All of which makes the new government’s performance on the trade file curious.
Harper, an economist, comes from a region and an ideological tribe that sees trade, free markets, the reduction of government subsidies and market interference to be articles of faith.
Yet on the crucial World Trade Organization file, the government has been slow, indecisive, almost invisible.
It is true that any new government has many files to deal with quickly but WTO talks do not offer much time for dithering.
Harper, his advisers and government players (including free trade advocate and parliamentary secretary Ted Menzies, who was at WTO talks in Hong Kong in December) will know that the talks are in a make-or-break phase. Hong Kong negotiators agreed they would complete the talks by the end of 2006 or likely see them go into hiatus for years.
They agreed that to meet the deadline, the outline of a settlement would have to be agreed by the end of April. Even skeptics of the April deadline agree that the end of July is the drop-dead date if there is to be a WTO deal anytime soon.
But instead of seizing the file and sending Canadian negotiators to Geneva with a strong new mandate to defend Canada’s various offensive and defensive interests, the government has been all but silent.
This week’s meeting between trade minister David Emerson, agriculture minister Chuck Strahl and various agricultural industry leaders is a small start but given that close to 70 percent of the time allotted to get a WTO agreement has already passed since the Hong Kong deal, the government has taken Canada out of the play.
Assuming that this was not inadvertent, there are several possible explanations for the Conservative lack of focus on trade.
Emerson has been immersed in political controversy since his post-election decision to abandon the Liberals for the Conservatives and perhaps has not put his mind to it. Given Harper’s disciplined approach, he doesn’t appear to be a leader who would cut his lieutenants that much slack.
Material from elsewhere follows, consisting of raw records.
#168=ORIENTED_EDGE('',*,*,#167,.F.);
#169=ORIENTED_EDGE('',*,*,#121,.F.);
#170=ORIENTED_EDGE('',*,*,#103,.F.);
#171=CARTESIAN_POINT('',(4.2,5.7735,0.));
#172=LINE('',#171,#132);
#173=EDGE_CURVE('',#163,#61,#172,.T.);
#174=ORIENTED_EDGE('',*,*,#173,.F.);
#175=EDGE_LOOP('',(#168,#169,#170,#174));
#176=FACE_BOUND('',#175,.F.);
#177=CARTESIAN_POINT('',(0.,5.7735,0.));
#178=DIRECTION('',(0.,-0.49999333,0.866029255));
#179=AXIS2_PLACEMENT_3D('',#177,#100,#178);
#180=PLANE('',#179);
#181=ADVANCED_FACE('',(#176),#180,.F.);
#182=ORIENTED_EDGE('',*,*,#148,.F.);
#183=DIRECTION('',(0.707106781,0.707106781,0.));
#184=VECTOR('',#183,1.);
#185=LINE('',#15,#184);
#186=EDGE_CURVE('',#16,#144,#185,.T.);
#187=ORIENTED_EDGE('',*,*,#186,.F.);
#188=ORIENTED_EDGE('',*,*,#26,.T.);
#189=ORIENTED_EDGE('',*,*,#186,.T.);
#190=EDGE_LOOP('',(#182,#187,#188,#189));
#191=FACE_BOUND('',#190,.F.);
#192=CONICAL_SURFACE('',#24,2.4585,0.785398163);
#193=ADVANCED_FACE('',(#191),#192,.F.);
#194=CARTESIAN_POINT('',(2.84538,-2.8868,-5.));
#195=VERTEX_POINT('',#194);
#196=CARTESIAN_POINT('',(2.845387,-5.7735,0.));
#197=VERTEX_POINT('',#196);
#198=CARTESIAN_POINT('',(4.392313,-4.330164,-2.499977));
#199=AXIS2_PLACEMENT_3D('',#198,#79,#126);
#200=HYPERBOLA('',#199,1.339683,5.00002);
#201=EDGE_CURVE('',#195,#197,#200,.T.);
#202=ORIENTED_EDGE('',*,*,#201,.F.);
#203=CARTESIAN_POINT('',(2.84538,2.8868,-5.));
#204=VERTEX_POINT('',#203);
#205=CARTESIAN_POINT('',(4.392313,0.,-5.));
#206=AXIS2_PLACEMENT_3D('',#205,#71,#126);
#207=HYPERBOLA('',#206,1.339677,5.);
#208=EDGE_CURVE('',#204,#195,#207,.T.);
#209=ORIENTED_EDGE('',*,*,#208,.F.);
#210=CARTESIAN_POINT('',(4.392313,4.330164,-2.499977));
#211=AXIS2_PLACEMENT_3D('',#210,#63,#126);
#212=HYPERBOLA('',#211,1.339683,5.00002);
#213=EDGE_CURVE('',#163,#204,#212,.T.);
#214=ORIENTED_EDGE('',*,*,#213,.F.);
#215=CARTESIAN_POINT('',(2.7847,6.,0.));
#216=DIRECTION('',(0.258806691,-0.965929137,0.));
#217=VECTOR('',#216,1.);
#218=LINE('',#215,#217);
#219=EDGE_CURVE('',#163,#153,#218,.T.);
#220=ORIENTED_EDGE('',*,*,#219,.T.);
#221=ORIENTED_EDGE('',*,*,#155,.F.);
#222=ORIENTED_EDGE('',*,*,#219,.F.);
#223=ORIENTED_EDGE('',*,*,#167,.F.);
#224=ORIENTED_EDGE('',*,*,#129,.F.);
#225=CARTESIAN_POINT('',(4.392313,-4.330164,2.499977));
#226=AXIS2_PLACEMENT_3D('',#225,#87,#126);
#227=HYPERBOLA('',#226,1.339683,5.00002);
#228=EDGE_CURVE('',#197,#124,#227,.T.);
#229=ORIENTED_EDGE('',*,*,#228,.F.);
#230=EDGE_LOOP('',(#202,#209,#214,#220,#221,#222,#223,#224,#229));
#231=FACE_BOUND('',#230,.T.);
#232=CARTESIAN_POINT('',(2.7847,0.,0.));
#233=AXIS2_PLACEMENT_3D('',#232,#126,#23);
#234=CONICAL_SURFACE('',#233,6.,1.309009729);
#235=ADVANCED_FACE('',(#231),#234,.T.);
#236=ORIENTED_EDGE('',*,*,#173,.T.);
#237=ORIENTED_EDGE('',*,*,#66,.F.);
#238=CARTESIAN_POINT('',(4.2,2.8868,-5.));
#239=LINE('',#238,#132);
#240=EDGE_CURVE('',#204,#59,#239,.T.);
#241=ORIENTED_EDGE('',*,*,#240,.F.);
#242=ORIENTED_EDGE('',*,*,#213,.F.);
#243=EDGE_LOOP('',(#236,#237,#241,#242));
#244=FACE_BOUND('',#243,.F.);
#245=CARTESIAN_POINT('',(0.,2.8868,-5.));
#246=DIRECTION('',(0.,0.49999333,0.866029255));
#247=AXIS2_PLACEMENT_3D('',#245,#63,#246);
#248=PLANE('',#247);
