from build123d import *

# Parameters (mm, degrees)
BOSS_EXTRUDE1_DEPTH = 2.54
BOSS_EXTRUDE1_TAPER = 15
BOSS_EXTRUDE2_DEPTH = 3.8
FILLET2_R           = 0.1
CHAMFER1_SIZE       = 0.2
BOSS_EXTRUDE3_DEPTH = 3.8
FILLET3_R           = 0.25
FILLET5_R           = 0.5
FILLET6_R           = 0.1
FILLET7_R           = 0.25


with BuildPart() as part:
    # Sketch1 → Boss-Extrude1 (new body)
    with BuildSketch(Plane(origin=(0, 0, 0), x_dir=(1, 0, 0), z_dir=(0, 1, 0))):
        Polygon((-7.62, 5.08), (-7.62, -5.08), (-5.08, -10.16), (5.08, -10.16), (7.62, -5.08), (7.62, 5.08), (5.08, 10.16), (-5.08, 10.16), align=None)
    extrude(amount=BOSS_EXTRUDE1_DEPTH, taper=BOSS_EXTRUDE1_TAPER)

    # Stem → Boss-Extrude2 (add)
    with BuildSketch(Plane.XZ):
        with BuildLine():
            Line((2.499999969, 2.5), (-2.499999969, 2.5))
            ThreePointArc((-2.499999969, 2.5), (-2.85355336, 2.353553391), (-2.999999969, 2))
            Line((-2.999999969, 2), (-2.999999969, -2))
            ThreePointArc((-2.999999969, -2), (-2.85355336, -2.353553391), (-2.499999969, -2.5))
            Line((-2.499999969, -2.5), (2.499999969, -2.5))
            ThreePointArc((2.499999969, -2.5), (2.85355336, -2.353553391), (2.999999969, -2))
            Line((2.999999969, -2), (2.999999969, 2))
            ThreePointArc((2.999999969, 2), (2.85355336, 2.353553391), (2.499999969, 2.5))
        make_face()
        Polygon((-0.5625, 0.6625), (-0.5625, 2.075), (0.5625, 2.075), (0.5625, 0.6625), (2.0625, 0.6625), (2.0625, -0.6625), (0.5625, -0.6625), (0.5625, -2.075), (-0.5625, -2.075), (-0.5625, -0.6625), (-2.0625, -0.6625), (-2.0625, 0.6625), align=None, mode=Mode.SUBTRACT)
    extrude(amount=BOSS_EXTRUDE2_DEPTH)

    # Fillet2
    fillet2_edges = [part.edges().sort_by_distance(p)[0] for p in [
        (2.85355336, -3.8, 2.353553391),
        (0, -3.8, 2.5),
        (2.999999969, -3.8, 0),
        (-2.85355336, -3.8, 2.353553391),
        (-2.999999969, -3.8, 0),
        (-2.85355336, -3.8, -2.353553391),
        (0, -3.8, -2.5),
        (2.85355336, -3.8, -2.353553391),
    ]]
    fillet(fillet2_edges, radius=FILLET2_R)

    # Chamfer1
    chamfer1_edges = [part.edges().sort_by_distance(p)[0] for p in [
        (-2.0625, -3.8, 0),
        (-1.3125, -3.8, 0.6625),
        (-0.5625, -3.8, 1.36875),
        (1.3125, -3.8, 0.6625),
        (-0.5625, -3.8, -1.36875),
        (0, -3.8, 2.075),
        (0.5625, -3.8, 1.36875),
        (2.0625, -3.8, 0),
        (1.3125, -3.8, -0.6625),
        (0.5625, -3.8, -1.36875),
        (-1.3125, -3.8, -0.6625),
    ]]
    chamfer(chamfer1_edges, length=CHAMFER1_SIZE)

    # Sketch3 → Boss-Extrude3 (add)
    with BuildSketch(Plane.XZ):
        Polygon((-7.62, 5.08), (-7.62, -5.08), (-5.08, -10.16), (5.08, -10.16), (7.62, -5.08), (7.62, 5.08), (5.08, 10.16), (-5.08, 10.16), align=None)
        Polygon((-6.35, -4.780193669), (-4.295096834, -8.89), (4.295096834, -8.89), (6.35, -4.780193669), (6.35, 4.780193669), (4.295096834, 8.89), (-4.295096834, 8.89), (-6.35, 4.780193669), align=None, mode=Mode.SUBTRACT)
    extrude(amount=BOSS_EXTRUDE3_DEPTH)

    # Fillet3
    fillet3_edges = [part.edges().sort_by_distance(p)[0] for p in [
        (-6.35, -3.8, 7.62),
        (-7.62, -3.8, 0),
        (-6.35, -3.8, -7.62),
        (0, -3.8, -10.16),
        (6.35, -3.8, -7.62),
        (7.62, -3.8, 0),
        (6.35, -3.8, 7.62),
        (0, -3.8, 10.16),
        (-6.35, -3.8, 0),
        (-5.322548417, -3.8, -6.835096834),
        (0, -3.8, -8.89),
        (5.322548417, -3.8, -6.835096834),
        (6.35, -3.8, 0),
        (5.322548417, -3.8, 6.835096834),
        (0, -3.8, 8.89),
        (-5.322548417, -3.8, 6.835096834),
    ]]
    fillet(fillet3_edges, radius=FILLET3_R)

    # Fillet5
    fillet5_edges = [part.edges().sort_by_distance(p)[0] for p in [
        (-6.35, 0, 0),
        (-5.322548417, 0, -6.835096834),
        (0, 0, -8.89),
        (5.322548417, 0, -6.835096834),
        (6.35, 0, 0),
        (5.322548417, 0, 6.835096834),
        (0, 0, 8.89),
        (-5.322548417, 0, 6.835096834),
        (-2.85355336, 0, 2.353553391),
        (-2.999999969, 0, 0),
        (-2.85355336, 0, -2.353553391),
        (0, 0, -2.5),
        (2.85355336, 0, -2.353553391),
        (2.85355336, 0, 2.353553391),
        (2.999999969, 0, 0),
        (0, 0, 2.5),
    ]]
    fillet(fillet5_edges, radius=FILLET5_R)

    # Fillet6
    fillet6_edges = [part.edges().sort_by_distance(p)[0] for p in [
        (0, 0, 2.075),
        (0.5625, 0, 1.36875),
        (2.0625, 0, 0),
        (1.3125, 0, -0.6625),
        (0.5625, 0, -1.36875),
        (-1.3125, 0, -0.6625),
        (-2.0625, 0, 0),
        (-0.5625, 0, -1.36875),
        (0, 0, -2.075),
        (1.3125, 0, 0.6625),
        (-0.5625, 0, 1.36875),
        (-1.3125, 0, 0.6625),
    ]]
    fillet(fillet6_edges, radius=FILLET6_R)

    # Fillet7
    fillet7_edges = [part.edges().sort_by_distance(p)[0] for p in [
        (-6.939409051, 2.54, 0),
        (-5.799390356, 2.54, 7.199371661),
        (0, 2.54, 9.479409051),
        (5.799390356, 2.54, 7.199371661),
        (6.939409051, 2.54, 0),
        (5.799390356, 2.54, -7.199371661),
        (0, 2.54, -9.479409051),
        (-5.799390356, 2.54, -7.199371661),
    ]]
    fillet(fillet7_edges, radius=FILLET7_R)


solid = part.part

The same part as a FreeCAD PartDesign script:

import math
import FreeCAD as App
import Part
import Sketcher
from FreeCAD import Vector
Q = App.Units.Quantity


def edges_at(feature, points):
    """Names of the edges that pass closest to the given points."""
    edges = feature.Shape.Edges
    near = lambda p: min(range(len(edges)), key=lambda i: edges[i].distToShape(Part.Vertex(*p))[0])
    return sorted({f"Edge{near(p) + 1}" for p in points})


def add_polygon(sketch, points):
    """Adds a closed chain of lines whose ends are joined by coincident constraints."""
    first, n = sketch.GeometryCount, len(points)
    for a, b in zip(points, points[1:] + points[:1]):
        sketch.addGeometry(Part.LineSegment(App.Vector(*a, 0), App.Vector(*b, 0)), False)
    for i in range(n):
        sketch.addConstraint(Sketcher.Constraint("Coincident", first + i, 2, first + (i + 1) % n, 1))

doc = App.newDocument("Part")
params = doc.addObject("Spreadsheet::Sheet", "Params")
for row, (alias, value) in enumerate([
    ("sketch1_width", "10.16 mm"),
    ("pad1_length", "2.54 mm"),
    ("pad1_taper", "-15 deg"),
    ("sketch2_radius", "0.5 mm"),
    ("sketch2_width", "5 mm"),
    ("sketch2_height", "4 mm"),
    ("sketch2_width2", "1.5 mm"),
    ("pad2_length", "3.8 mm"),
    ("fillet_radius", "0.1 mm"),
    ("chamfer_size", "0.2 mm"),
    ("sketch3_width", "10.16 mm"),
    ("pad3_length", "3.8 mm"),
    ("fillet2_radius", "0.25 mm"),
    ("fillet3_radius", "0.5 mm"),
    ("fillet4_radius", "0.1 mm"),
    ("fillet5_radius", "0.25 mm"),
], start=1):
    params.set(f"A{row}", alias)
    params.set(f"B{row}", "=" + value)
    params.setAlias(f"B{row}", alias)

body = doc.addObject("PartDesign::Body", "Body")

# Sketch on XZ plane
sketch1 = body.newObject("Sketcher::SketchObject", "Sketch")
sketch1.AttachmentSupport = (doc.getObject("XZ_Plane"), [""])
sketch1.MapMode = "FlatFace"
add_polygon(sketch1, [(-7.62, -5.08), (-7.62, 5.08), (-5.08, 10.16), (5.08, 10.16), (7.62, 5.08), (7.62, -5.08), (5.08, -10.16), (-5.08, -10.16)])  # lines 0-7
sketch1.addConstraint([
    Sketcher.Constraint("Vertical", 0),
    Sketcher.Constraint("Horizontal", 2),
    Sketcher.Constraint("Vertical", 4),
    Sketcher.Constraint("Horizontal", 6),
    Sketcher.Constraint("Symmetric", 0, 2, 4, 2, -1, 1),
    Sketcher.Constraint("Symmetric", 1, 2, 5, 2, -1, 1),
    Sketcher.Constraint("Parallel", 3, 7),
    Sketcher.Constraint("Horizontal", 0, 2, 3, 2),
    Sketcher.Constraint("Horizontal", 4, 2, 7, 2),
    Sketcher.Constraint("Vertical", 2, 2, 5, 2),
    Sketcher.Constraint("Equal", 6, 0),
    Sketcher.Constraint("DistanceX", 2, 1, 2, 2, Q("10.16 mm")),
    Sketcher.Constraint("DistanceX", 0, 2, 2, 2, Q("12.7 mm")),
    Sketcher.Constraint("DistanceY", -1, 1, 1, 2, Q("10.16 mm")),
])
sketch1.setExpression("Constraints[19]", "Params.sketch1_width")
pad1 = body.newObject("PartDesign::Pad", "Pad")
pad1.Profile = sketch1
pad1.setExpression("Length", "Params.pad1_length")
pad1.Reversed = True
pad1.setExpression("TaperAngle", "Params.pad1_taper")

# Sketch on XZ plane
sketch2 = body.newObject("Sketcher::SketchObject", "Sketch001")
sketch2.AttachmentSupport = (doc.getObject("XZ_Plane"), [""])
sketch2.MapMode = "FlatFace"
sketch2.addGeometry(Part.LineSegment(Vector(2.5, 2.5, 0), Vector(-2.5, 2.5, 0)), False)  # 0
sketch2.addGeometry(Part.ArcOfCircle(Part.Circle(Vector(-2.5, 2, 0), Vector(0, 0, 1), 0.5), math.radians(90), math.radians(180)), False)  # 1
sketch2.addGeometry(Part.LineSegment(Vector(-3, 2, 0), Vector(-3, -2, 0)), False)  # 2
sketch2.addGeometry(Part.ArcOfCircle(Part.Circle(Vector(-2.5, -2, 0), Vector(0, 0, 1), 0.5), math.radians(180), math.radians(270)), False)  # 3
sketch2.addGeometry(Part.LineSegment(Vector(-2.5, -2.5, 0), Vector(2.5, -2.5, 0)), False)  # 4
sketch2.addGeometry(Part.ArcOfCircle(Part.Circle(Vector(2.5, -2, 0), Vector(0, 0, 1), 0.5), math.radians(-90), math.radians(0)), False)  # 5
sketch2.addGeometry(Part.LineSegment(Vector(3, -2, 0), Vector(3, 2, 0)), False)  # 6
sketch2.addGeometry(Part.ArcOfCircle(Part.Circle(Vector(2.5, 2, 0), Vector(0, 0, 1), 0.5), math.radians(0), math.radians(90)), False)  # 7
More plausibly, it may be that Harper and his advisers see this WTO round as unachievable.
In that case, with the divisions that exist in Canada over appropriate WTO outcomes, it might not seem worth it to expend political capital on a lost cause.
Government signals in the buildup to a WTO outcome, negative or positive, will indicate if the slow trade response was the result of political inertia or a strategic calculation.
Put your money on the latter.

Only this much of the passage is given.